(Saved entries)
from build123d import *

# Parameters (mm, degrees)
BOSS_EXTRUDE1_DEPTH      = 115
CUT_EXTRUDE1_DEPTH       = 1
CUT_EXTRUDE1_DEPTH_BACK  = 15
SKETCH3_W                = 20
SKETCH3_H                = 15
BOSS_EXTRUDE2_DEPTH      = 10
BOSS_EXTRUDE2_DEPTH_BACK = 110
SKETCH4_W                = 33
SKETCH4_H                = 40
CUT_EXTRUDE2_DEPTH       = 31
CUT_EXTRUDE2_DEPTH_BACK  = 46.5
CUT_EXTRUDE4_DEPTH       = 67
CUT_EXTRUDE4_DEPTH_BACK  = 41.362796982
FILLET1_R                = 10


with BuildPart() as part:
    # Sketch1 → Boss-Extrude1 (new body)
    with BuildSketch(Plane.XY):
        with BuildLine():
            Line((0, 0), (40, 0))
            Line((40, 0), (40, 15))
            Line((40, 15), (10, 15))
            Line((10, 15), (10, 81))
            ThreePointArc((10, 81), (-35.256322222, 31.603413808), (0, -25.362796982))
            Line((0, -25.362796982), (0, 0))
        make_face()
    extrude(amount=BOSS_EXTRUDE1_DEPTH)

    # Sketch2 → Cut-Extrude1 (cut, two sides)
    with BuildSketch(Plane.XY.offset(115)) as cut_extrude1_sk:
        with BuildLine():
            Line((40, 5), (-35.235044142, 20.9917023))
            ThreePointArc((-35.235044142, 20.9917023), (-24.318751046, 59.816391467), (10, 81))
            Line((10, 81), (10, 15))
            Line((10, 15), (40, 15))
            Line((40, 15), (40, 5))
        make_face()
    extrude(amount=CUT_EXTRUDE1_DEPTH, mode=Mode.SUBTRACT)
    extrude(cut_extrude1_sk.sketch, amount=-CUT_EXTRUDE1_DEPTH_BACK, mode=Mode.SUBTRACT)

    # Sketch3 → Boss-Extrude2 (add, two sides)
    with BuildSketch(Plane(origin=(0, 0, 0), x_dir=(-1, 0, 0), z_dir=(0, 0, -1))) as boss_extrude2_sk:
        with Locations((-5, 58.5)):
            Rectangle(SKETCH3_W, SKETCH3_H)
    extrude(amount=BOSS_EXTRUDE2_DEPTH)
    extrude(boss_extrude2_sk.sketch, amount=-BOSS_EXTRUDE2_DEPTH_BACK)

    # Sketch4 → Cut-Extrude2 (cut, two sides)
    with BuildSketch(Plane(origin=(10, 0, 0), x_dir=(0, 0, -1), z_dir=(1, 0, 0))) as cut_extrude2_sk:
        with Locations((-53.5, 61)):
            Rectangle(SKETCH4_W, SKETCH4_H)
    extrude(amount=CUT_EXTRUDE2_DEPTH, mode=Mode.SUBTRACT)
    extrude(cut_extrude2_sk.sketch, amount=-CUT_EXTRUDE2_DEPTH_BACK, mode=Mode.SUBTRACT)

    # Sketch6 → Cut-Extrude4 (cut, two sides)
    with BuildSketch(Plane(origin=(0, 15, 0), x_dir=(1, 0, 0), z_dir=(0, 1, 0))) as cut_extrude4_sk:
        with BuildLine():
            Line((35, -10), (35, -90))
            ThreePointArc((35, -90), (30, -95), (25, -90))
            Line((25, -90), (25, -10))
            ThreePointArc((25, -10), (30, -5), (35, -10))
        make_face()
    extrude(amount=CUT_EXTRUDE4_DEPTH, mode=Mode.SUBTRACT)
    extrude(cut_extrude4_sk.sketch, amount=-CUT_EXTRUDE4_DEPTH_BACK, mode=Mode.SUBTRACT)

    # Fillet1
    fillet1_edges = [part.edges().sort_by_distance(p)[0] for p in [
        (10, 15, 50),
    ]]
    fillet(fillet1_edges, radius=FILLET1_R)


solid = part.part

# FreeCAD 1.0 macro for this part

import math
import FreeCAD as App
import Part
import Sketcher
from FreeCAD import Vector
Q = App.Units.Quantity


def edges_at(feature, points):
    """Names of the edges that pass closest to the given points."""
    edges = feature.Shape.Edges
    near = lambda p: min(range(len(edges)), key=lambda i: edges[i].distToShape(Part.Vertex(*p))[0])
    return sorted({f"Edge{near(p) + 1}" for p in points})


def add_polygon(sketch, points):
    """Adds a closed chain of lines whose ends are joined by coincident constraints."""
    first, n = sketch.GeometryCount, len(points)
    for a, b in zip(points, points[1:] + points[:1]):
        sketch.addGeometry(Part.LineSegment(App.Vector(*a, 0), App.Vector(*b, 0)), False)
    for i in range(n):
        sketch.addConstraint(Sketcher.Constraint("Coincident", first + i, 2, first + (i + 1) % n, 1))

doc = App.newDocument("Part")
body = doc.addObject("PartDesign::Body", "Body")

# Sketch on XY plane
sketch1 = doc.addObject("Sketcher::SketchObject", "Sketch")
body.addObject(sketch1)
sketch1.AttachmentSupport = (doc.XY_Plane, [""])
sketch1.MapMode = "FlatFace"
sketch1.addGeometry(Part.LineSegment(Vector(0, 0, 0), Vector(40, 0, 0)), False)
sketch1.addGeometry(Part.LineSegment(Vector(40, 0, 0), Vector(40, 15, 0)), False)
sketch1.addGeometry(Part.LineSegment(Vector(40, 15, 0), Vector(10, 15, 0)), False)
sketch1.addGeometry(Part.LineSegment(Vector(10, 15, 0), Vector(10, 81, 0)), False)
sketch1.addGeometry(Part.ArcOfCircle(Part.Circle(Vector(20, 26, 0), Vector(0, 0, 1), 56), math.radians(100), math.radians(249)), False)
sketch1.addGeometry(Part.LineSegment(Vector(0, -25, 0), Vector(0, 0, 0)), False)
sketch1.addConstraint(Sketcher.Constraint("Coincident", 0, 2, 1, 1))
sketch1.addConstraint(Sketcher.Constraint("Coincident", 1, 2, 2, 1))
sketch1.addConstraint(Sketcher.Constraint("Coincident", 2, 2, 3, 1))
sketch1.addConstraint(Sketcher.Constraint("Coincident", 3, 2, 4, 1))
sketch1.addConstraint(Sketcher.Constraint("Coincident", 4, 2, 5, 1))
sketch1.addConstraint(Sketcher.Constraint("Coincident", 5, 2, 0, 1))
sketch1.addConstraint(Sketcher.Constraint("Horizontal", 0))
sketch1.addConstraint(Sketcher.Constraint("Vertical", 1))
sketch1.addConstraint(Sketcher.Constraint("Horizontal", 2))
sketch1.addConstraint(Sketcher.Constraint("Vertical", 3))
sketch1.addConstraint(Sketcher.Constraint("Vertical", 5))
sketch1.addConstraint(Sketcher.Constraint("Coincident", 5, 2, -1, 1))
sketch1.addConstraint(Sketcher.Constraint("Radius", 4, 55.5))
sketch1.addConstraint(Sketcher.Constraint("DistanceX", 0, 1, 0, 2, 40.0))
sketch1.addConstraint(Sketcher.Constraint("DistanceX", 2, 2, 2, 1, 30.0))
sketch1.addConstraint(Sketcher.Constraint("DistanceY", 1, 1, 1, 2, 15.0))
sketch1.addConstraint(Sketcher.Constraint("DistanceY", 3, 1, 3, 2, 66.0))
sketch1.addConstraint(Sketcher.Constraint("DistanceX", -1, 1, 4, 3, 20.0))
pad1 = doc.addObject("PartDesign::Pad", "Pad")
body.addObject(pad1)
pad1.Profile = sketch1
pad1.Length = 115

# Sketch on XY plane
sketch2 = doc.addObject("Sketcher::SketchObject", "Sketch001")
body.addObject(sketch2)
sketch2.AttachmentSupport = (doc.XY_Plane, [""])
sketch2.MapMode = "FlatFace"
sketch2.AttachmentOffset = App.Placement(Vector(0, 0, 115), App.Rotation())
sketch2.addGeometry(Part.LineSegment(Vector(-35, 21, 0), Vector(40, 5, 0)), False)
sketch2.addGeometry(Part.LineSegment(Vector(40, 5, 0), Vector(40, 15, 0)), False)
sketch2.addGeometry(Part.LineSegment(Vector(40, 15, 0), Vector(10, 15, 0)), False)
sketch2.addGeometry(Part.LineSegment(Vector(10, 15, 0), Vector(10, 81, 0)), False)
sketch2.addGeometry(Part.ArcOfCircle(Part.Circle(Vector(20, 26, 0), Vector(0, 0, 1), 55), math.radians(100), math.radians(186)), False)
sketch2.addConstraint(Sketcher.Constraint("Coincident", 0, 2, 1, 1))
sketch2.addConstraint(Sketcher.Constraint("Coincident", 1, 2, 2, 1))
sketch2.addConstraint(Sketcher.Constraint("Coincident", 2, 2, 3, 1))
sketch2.addConstraint(Sketcher.Constraint("Coincident", 3, 2, 4, 1))
sketch2.addConstraint(Sketcher.Constraint("Coincident", 4, 2, 0, 1))
sketch2.addConstraint(Sketcher.Constraint("Vertical", 1))
sketch2.addConstraint(Sketcher.Constraint("Horizontal", 2))
sketch2.addConstraint(Sketcher.Constraint("Vertical", 3))
sketch2.addConstraint(Sketcher.Constraint("Radius", 4, 55.5))
sketch2.addConstraint(Sketcher.Constraint("DistanceX", 2, 2, 2, 1, 30.0))
sketch2.addConstraint(Sketcher.Constraint("DistanceY", 1, 1, 1, 2, 10.0))
sketch2.addConstraint(Sketcher.Constraint("DistanceY", 3, 1, 3, 2, 66.0))
sketch2.addConstraint(Sketcher.Constraint("Angle", 0, Q("-12 deg")))
sketch2.addConstraint(Sketcher.Constraint("DistanceX", -1, 1, 4, 3, 20.0))
sketch2.addConstraint(Sketcher.Constraint("DistanceX", -1, 1, 0, 2, 40.0))
sketch2.addConstraint(Sketcher.Constraint("DistanceY", -1, 1, 0, 2, 5.0))
pocket1 = doc.addObject("PartDesign::Pocket", "Pocket")
body.addObject(pocket1)
pocket1.Profile = sketch2
pocket1.Type = "TwoLengths"
pocket1.Length = 1
pocket1.Length2 = 15
pocket1.Reversed = True

# Sketch on XY plane
sketch3 = doc.addObject("Sketcher::SketchObject", "Sketch002")
body.addObject(sketch3)
sketch3.AttachmentSupport = (doc.XY_Plane, [""])
sketch3.MapMode = "FlatFace"
add_polygon(sketch3, [(15, 66), (15, 51), (-5, 51), (-5, 66)])  # lines 0-3
sketch3.addConstraint(Sketcher.Constraint("Vertical", 0))
sketch3.addConstraint(Sketcher.Constraint("Horizontal", 1))
sketch3.addConstraint(Sketcher.Constraint("Vertical", 2))
sketch3.addConstraint(Sketcher.Constraint("Horizontal", 3))
sketch3.addConstraint(Sketcher.Constraint("DistanceX", 1, 2, 1, 1, 20.0))
sketch3.addConstraint(Sketcher.Constraint("DistanceY", 0, 2, 0, 1, 15.0))
sketch3.addConstraint(Sketcher.Constraint("DistanceX", -1, 1, 0, 2, 15.0))
sketch3.addConstraint(Sketcher.Constraint("DistanceY", -1, 1, 0, 2, 51.0))
pad2 = doc.addObject("PartDesign::Pad", "Pad001")
body.addObject(pad2)
pad2.Profile = sketch3
pad2.Type = "TwoLengths"
pad2.Length = 10
pad2.Length2 = 110
pad2.Reversed = True

# Sketch on YZ plane
sketch4 = doc.addObject("Sketcher::SketchObject", "Sketch003")
body.addObject(sketch4)
sketch4.AttachmentSupport = (doc.YZ_Plane, [""])
sketch4.MapMode = "FlatFace"
sketch4.AttachmentOffset = App.Placement(Vector(0, 0, 10), App.Rotation())
add_polygon(sketch4, [(81, 70), (41, 70), (41, 37), (81, 37)])  # lines 0-3
sketch4.addConstraint(Sketcher.Constraint("Horizontal", 0))
sketch4.addConstraint(Sketcher.Constraint("Vertical", 1))
sketch4.addConstraint(Sketcher.Constraint("Horizontal", 2))
sketch4.addConstraint(Sketcher.Constraint("Vertical", 3))
sketch4.addConstraint(Sketcher.Constraint("DistanceX", 0, 2, 0, 1, 40.0))
sketch4.addConstraint(Sketcher.Constraint("DistanceY", 1, 2, 1, 1, 33.0))
sketch4.addConstraint(Sketcher.Constraint("DistanceX", -1, 1, 0, 2, 41.0))
sketch4.addConstraint(Sketcher.Constraint("DistanceY", -1, 1, 0, 2, 70.0))
pocket2 = doc.addObject("PartDesign::Pocket", "Pocket001")
body.addObject(pocket2)
pocket2.Profile = sketch4
pocket2.Type = "ThroughAll"
pocket2.Midplane = True

# Sketch on XZ plane
sketch5 = doc.addObject("Sketcher::SketchObject", "Sketch004")
body.addObject(sketch5)
sketch5.AttachmentSupport = (doc.XZ_Plane, [""])
sketch5.MapMode = "FlatFace"
sketch5.AttachmentOffset = App.Placement(Vector(0, 0, -15), App.Rotation())
sketch5.addGeometry(Part.LineSegment(Vector(35, 90, 0), Vector(35, 10, 0)), False)
sketch5.addGeometry(Part.ArcOfCircle(Part.Circle(Vector(30, 10, 0), Vector(0, 0, 1), 5), math.radians(180), math.radians(360)), False)
sketch5.addGeometry(Part.LineSegment(Vector(25, 10, 0), Vector(25, 90, 0)), False)
sketch5.addGeometry(Part.ArcOfCircle(Part.Circle(Vector(30, 90, 0), Vector(0, 0, 1), 5), math.radians(0), math.radians(180)), False)
sketch5.addConstraint(Sketcher.Constraint("Tangent", 0, 2, 1, 2))
sketch5.addConstraint(Sketcher.Constraint("Tangent", 1, 1, 2, 1))
sketch5.addConstraint(Sketcher.Constraint("Tangent", 2, 2, 3, 2))
sketch5.addConstraint(Sketcher.Constraint("Tangent", 3, 1, 0, 1))
sketch5.addConstraint(Sketcher.Constraint("Vertical", 0))
sketch5.addConstraint(Sketcher.Constraint("Vertical", 2))
sketch5.addConstraint(Sketcher.Constraint("Radius", 1, 5.0))
sketch5.addConstraint(Sketcher.Constraint("DistanceY", 0, 2, 0, 1, 80.0))
sketch5.addConstraint(Sketcher.Constraint("DistanceX", -1, 1, 1, 3, 30.0))
sketch5.addConstraint(Sketcher.Constraint("DistanceY", -1, 1, 1, 3, 10.0))
pocket3 = doc.addObject("PartDesign::Pocket", "Pocket002")
body.addObject(pocket3)
pocket3.Profile = sketch5
pocket3.Type = "ThroughAll"
pocket3.Midplane = True
doc.recompute()

fillet = doc.addObject("PartDesign::Fillet", "Fillet")
body.addObject(fillet)
fillet.Base = (pocket3, edges_at(pocket3, [(10, 15, 50)]))
fillet.Radius = 10

doc.recompute()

• _Task_
Above are some records; copy exactly the lines from the one with "Line((40, 15), (40, 5))" through the one with "z_dir=(0, 0, -1)))", both included, and no others.

• _Result of this task_
            Line((40, 15), (40, 5))
        make_face()
    extrude(amount=CUT_EXTRUDE1_DEPTH, mode=Mode.SUBTRACT)
    extrude(cut_extrude1_sk.sketch, amount=-CUT_EXTRUDE1_DEPTH_BACK, mode=Mode.SUBTRACT)

    # Sketch3 → Boss-Extrude2 (add, two sides)
    with BuildSketch(Plane(origin=(0, 0, 0), x_dir=(-1, 0, 0), z_dir=(0, 0, -1))) as boss_extrude2_sk:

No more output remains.